Every Friday, the Portland Tribune puts questions to a prominent - or not so prominent - local person
by: STEVEN MCALPIN, From his new home in San Francisco, former POVA President Joe D’Alessandro will miss Pioneer Courthouse Square and Piazza Italia, but not the state capital.

There's something about leaving a place that lets you see it in a different light, or at least speak of it more directly.

For the past 10 years, Joe D'Alessandro's job as president of the Portland Oregon Visitors Association has been to sell people on Portland. And he's been good at it, by all accounts. He left a few weeks ago, and this week he begins his new job as president of the San Francisco Convention and Visitors Bureau.

We caught up with D'Alessandro in San Francisco and asked for a look back at the place he's left behind.

Portland Tribune: What is the Portland attraction nobody appreciates?

Joe D'Alessandro: The neighborhoods. Visitors come to Portland, they may go downtown or to the Pearl, but they don't always appreciate the neighborhoods that give Portland its personality. That includes Hawthorne or Sellwood or Mississippi. The neighborhoods are a step away from most tourists.

Tribune: But do out-of-town tourists want to see a neighborhood?

D'Alessandro: Absolutely. People typically want to go somewhere different; they want to find out what is indigenous to an area. It's just like San Francisco. You'll go shopping on Union Street or then to find restaurants. I think Alberta is increasingly charming, great restaurants and shops, and all the neighborhoods, the more people get to understand and visitors visit them, the more they'll understand Portland.

Tribune: Is Portland really strange, or is that something we like to think about ourselves?

D'Alessandro: I don't think Portland is strange or weird. The bumper sticker 'Keep Portland weird' is not well-placed. Portland is quirky. We have quirky outlooks on life. We do quirky things at the ballot box. It's the very nature of how Portland celebrates everything from Last Thursday on Alberta to the way the businesses on Hawthorne will support arts events that just aren't mainstream.

Tribune: It's a cold and rainy winter's eve in San Francisco. You're homesick for Portland. What image will come to mind?

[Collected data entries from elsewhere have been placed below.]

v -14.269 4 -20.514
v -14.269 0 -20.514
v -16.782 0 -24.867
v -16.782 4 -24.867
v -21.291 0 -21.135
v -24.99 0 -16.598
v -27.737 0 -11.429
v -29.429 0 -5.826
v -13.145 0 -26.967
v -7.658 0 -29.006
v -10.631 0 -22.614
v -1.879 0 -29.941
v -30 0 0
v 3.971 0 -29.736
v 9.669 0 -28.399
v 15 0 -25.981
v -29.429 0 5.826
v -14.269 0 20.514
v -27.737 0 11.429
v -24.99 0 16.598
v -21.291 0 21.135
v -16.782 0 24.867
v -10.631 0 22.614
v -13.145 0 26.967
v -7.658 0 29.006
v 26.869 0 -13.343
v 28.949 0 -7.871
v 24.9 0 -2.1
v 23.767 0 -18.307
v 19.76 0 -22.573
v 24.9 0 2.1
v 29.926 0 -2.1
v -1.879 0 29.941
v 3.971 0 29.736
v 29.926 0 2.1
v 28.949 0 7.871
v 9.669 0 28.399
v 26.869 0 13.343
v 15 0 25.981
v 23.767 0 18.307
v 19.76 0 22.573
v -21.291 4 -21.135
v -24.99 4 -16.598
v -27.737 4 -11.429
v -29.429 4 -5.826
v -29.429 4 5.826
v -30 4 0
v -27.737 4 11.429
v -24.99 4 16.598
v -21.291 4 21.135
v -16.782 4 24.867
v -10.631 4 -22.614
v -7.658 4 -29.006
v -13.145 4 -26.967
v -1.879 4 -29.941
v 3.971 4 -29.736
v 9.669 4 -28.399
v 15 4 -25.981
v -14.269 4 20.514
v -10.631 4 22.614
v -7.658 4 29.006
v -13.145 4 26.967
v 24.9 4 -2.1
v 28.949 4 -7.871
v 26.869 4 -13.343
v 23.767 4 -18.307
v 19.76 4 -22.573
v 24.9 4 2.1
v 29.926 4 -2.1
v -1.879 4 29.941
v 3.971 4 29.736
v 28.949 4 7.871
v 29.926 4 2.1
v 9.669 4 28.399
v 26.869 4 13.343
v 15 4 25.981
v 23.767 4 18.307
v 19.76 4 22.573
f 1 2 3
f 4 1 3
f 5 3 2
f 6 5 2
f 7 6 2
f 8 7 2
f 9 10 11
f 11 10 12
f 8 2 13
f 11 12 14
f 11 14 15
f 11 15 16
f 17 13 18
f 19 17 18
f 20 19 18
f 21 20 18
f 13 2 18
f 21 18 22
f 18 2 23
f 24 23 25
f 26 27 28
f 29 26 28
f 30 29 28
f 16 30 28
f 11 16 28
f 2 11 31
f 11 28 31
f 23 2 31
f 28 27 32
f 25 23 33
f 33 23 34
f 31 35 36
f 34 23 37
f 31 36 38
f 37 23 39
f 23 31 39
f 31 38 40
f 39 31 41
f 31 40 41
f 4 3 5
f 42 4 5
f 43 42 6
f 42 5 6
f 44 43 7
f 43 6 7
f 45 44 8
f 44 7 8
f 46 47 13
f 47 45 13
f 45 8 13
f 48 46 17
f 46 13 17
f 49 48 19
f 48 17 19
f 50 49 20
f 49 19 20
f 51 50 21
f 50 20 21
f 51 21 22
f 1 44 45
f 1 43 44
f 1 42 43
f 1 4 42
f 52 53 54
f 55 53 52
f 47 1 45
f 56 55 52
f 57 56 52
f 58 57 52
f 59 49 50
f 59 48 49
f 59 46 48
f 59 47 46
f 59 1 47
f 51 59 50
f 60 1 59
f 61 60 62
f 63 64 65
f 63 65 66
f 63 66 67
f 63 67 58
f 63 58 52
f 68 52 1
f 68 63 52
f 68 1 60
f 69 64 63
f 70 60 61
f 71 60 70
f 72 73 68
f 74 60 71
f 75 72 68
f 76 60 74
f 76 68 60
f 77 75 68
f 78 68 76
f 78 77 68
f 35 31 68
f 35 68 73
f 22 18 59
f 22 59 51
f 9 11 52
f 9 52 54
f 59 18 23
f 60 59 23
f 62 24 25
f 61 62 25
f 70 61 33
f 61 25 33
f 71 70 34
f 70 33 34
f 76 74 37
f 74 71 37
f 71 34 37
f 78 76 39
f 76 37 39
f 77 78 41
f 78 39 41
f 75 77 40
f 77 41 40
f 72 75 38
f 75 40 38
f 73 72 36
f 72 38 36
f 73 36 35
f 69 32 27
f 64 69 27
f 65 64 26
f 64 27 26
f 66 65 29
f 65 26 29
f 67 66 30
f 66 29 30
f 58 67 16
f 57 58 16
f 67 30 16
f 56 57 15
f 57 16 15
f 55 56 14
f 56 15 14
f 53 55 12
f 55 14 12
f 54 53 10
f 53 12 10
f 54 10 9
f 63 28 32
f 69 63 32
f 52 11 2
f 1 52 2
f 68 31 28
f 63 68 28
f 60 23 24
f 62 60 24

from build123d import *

# Parameters (mm, degrees)
CROQUIS1_R              = 30
SALIENTE_EXTRUIR1_DEPTH = 4
CORTAR_EXTRUIR2_REACH   = 44.615
CROQUIS2_W              = 10.2
CROQUIS2_H              = 4.2
MATRIZC1_COUNT          = 3


with BuildPart() as part:
    # Croquis1 → Saliente-Extruir1 (new body)
    with BuildSketch(Plane(origin=(0, 0, 0), x_dir=(1, 0, 0), z_dir=(0, 1, 0))):
        with Locations(Location((0, 0, 0), (0, 0, 270))):
            Circle(CROQUIS1_R)
    extrude(amount=SALIENTE_EXTRUIR1_DEPTH)

    # Croquis2 → Cortar-Extruir2 (cut, up to next)
    with BuildSketch(Plane(origin=(0, 0, 0), x_dir=(1, 0, 0), z_dir=(0, 1, 0)), mode=Mode.PRIVATE) as cortar_extruir2_sk1:
        with Locations((30, 0)):
            Rectangle(CROQUIS2_W, CROQUIS2_H)
    cortar_extruir2_tool1 = extrude(cortar_extruir2_sk1.sketch, amount=CORTAR_EXTRUIR2_REACH, mode=Mode.PRIVATE) & part.part
    cortar_extruir2 = cortar_extruir2_tool1.solids().sort_by_distance((30, 0, 0))[0]
    add(cortar_extruir2, mode=Mode.SUBTRACT)

    # MatrizC1: Cortar-Extruir2 ×3 about axis
    matrizc1_axis = Axis((0, 0, 0), (0, 1, 0))
    for i in range(1, MATRIZC1_COUNT):
        add(cortar_extruir2.rotate(matrizc1_axis, i * 360 / MATRIZC1_COUNT), mode=Mode.SUBTRACT)


solid = part.part
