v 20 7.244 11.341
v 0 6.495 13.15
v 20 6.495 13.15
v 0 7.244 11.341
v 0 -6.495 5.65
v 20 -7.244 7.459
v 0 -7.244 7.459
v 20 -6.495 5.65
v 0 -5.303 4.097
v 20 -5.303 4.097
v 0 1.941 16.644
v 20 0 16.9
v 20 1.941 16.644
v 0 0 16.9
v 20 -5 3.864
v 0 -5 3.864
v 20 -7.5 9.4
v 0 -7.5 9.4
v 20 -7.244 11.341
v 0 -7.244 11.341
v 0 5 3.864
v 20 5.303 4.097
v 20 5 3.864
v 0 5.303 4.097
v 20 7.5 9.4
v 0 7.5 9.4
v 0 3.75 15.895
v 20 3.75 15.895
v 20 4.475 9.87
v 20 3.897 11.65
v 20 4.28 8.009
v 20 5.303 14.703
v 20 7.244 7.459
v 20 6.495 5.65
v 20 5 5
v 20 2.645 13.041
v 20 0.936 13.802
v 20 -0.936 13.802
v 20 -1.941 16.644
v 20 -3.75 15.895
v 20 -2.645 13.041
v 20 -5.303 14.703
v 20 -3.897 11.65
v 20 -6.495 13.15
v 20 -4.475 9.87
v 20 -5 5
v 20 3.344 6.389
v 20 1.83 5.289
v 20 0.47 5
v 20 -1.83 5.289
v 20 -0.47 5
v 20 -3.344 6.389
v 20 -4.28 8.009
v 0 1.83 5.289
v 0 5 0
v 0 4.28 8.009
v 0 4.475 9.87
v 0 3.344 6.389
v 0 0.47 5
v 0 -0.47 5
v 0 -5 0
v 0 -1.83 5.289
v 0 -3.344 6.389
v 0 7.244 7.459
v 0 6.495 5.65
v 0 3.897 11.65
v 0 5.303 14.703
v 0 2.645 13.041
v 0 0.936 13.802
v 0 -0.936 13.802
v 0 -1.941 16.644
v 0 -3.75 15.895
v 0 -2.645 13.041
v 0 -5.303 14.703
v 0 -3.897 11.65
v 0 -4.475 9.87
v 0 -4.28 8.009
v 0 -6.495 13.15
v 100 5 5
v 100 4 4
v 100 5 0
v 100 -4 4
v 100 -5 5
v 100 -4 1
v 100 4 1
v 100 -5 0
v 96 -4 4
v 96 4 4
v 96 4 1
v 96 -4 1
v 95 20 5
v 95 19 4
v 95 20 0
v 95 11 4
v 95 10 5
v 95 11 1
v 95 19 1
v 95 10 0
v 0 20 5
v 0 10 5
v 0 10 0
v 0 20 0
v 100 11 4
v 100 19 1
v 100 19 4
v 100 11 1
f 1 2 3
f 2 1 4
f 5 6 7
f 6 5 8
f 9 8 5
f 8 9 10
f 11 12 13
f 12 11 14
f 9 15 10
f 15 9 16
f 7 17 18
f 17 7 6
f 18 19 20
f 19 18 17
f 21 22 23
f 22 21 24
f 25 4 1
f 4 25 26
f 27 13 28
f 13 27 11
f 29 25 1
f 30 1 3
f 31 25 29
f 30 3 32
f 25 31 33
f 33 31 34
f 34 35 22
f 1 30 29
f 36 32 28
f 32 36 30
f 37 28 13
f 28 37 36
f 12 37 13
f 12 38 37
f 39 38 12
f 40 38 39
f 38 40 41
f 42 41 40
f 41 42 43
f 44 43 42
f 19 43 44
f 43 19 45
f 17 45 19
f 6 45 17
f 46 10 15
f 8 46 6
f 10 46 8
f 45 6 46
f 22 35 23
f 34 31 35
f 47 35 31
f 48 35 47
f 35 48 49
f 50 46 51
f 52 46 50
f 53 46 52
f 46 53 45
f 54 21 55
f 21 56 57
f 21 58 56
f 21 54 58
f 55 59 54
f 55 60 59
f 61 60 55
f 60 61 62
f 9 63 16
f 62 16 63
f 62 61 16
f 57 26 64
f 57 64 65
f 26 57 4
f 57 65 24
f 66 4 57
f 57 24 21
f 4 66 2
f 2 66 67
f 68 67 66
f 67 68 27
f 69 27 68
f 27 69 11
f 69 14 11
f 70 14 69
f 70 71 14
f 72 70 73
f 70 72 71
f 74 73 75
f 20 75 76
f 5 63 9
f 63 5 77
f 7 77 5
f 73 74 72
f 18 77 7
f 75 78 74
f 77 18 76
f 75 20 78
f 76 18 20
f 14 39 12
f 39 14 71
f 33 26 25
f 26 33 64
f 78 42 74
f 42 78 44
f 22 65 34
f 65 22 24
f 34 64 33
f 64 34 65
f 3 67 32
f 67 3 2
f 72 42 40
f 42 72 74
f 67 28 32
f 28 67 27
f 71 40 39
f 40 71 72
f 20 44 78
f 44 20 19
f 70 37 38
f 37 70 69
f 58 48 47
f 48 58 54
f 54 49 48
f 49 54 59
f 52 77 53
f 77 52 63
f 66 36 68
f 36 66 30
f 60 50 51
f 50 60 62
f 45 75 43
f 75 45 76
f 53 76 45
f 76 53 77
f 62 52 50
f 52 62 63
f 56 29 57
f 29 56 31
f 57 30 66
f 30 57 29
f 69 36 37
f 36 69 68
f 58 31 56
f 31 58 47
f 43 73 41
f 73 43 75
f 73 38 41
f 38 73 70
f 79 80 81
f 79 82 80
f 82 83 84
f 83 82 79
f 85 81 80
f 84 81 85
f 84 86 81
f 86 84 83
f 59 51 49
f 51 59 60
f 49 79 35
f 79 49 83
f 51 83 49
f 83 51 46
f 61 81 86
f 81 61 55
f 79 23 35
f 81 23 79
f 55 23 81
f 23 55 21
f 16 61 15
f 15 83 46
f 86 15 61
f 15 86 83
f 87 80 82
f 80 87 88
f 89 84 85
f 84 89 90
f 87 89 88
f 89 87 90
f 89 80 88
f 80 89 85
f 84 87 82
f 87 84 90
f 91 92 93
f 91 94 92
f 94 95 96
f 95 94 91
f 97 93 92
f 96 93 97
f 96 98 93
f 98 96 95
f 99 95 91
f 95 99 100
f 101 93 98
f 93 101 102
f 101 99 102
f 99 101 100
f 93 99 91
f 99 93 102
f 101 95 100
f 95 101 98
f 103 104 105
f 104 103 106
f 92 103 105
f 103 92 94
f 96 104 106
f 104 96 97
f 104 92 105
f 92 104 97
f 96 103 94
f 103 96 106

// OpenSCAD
translate ([0,0,9.4])
rotate([0,90,0])
difference()
{
	cylinder(h=20,d=15);
	translate([0,0,-2]) cylinder(h=25,d=9);
}
difference()
{
	translate([0,-5,0]) cube([100,10,5]);
	translate([96,-4,1]) cube([5,8,3]);
}
translate([0,10,0]) cube([95,10,5]);
color("red") translate([95,11,1]) cube([5,8,3]);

D'Alessandro: You know what I'm going to remember? Two years ago we were living at Northwest 23rd and Pettygrove and it snowed, a big snow right around New Year's. I'll never forget the magic of walking down 23rd in the middle of the street because there were no cars, and it was dead silent and all sorts of people were around and everybody was talking to everybody and meeting their neighbors. It was a pure Portland magical day, a pedestrian haven, nobody in a hurry to get to work. Everyone just discovering their neighborhood.

Tribune: A year from now, when you come back to visit Portland, what are the places you will have to visit?

D'Alessandro: I would go to Pioneer Courthouse Square. It's kind of the soul of the city in many ways, and I feel you really get a sense of being in Portland there. Two, I would go to a little Italian restaurant in the Pearl called Piazza Italia. I know everyone who works there, I love speaking Italian with the staff, and it just provides a real comfortable feeling. It's been a great place for us, whether there's a soccer game on or an evening with friends. It's a great little taste of Italy in Portland.

Tribune: And what about Portland will you not miss?

D'Alessandro: I will definitely not miss the OCA (Oregon Citizens Alliance, which sponsored anti-gay rights ballot measures in the 1990s). I think the hostility and hatred they promote in Portland is divisive. It's not happening here in San Francisco. I won't miss that divisive politics that is happening in Portland. I think that Salem has been a shame the last few years because nothing progressive is coming out of Salem - it's all about divisive politics. I think Portland has lost a lot because of what's coming out of Salem.